Local residents formed the group “Move the Gas Plant” and requested a public hearing, citing health risks from substances linked to cancer, birth defects, and reproductive issues. However, TCEQ denied the request in a brief 45-second discussion at a public meeting. Spokesperson Travis Brown, a retired Texas Department of Agriculture employee, described the process: “There was essentially zero discussion.” Construction has since begun, with site clearing, worker housing, and power lines already in place.
Bird from the Environmental Integrity Project noted that many data center-linked projects, even those up to 500 MW (enough to power over 200,000 homes), receive permits within a month, often without extensive public input.
Broader Implications for Sustainability and Business
This wave of developments highlights the tension between economic growth and environmental sustainability in the green business landscape.
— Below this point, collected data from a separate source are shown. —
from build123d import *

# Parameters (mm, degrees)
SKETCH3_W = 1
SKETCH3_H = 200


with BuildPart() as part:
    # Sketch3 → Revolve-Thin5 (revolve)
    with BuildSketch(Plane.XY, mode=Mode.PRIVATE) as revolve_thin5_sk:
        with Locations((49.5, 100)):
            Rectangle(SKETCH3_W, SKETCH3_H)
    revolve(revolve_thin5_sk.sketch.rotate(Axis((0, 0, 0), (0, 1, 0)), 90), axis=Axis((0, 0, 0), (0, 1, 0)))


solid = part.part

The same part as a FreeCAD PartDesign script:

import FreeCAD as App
import Part
import Sketcher
from FreeCAD import Vector
Q = App.Units.Quantity

doc = App.newDocument("Part")
body = doc.addObject("PartDesign::Body", "Body")

# Sketch on XY plane
sketch1 = body.newObject("Sketcher::SketchObject", "Sketch")
sketch1.AttachmentSupport = (doc.getObject("XY_Plane"), [""])
sketch1.MapMode = "FlatFace"
sketch1.addGeometry([
    Part.LineSegment(Vector(49, 200, 0), Vector(49, 0, 0)),
    Part.LineSegment(Vector(49, 0, 0), Vector(50, 0, 0)),
    Part.LineSegment(Vector(50, 0, 0), Vector(50, 200, 0)),
    Part.LineSegment(Vector(50, 200, 0), Vector(49, 200, 0)),
], False)
sketch1.addConstraint([
    Sketcher.Constraint("Coincident", 0, 2, 1, 1),
    Sketcher.Constraint("Coincident", 1, 2, 2, 1),
    Sketcher.Constraint("Coincident", 2, 2, 3, 1),
    Sketcher.Constraint("Coincident", 3, 2, 0, 1),
    Sketcher.Constraint("Vertical", 0),
    Sketcher.Constraint("Horizontal", 1),
    Sketcher.Constraint("Vertical", 2),
    Sketcher.Constraint("Horizontal", 3),
    Sketcher.Constraint("PointOnObject", 0, 2, -1),
    Sketcher.Constraint("DistanceX", 1, 1, 1, 2, Q("1 mm")),
    Sketcher.Constraint("DistanceY", 0, 2, 0, 1, Q("200 mm")),
    Sketcher.Constraint("DistanceX", -1, 1, 0, 2, Q("49 mm")),
])
revolution = body.newObject("PartDesign::Revolution", "Revolution")
revolution.Profile = sketch1
revolution.ReferenceAxis = (sketch1, ["V_Axis"])
revolution.Angle = 360

doc.recompute()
While these projects promise jobs, infrastructure investment, and support for tech innovation, they also lock in long-term fossil fuel dependency at a time when global efforts aim to reduce emissions under frameworks like the Paris Agreement.
Collins cautioned that not all projects will reach full scale, with some potentially overhyping capabilities through PR. Builds may occur incrementally, 100 MW at a time, over years, and full capacity might never be achieved. Nonetheless, the sheer volume discussed—”quantities of energy that were seldom discussed just a few years ago”—demands careful scrutiny.
For eco-business stakeholders, this underscores opportunities in renewable alternatives, carbon capture technologies, and efficient data center designs to mitigate impacts. As AI demand surges, balancing energy needs with emission reductions will be key to sustainable progress.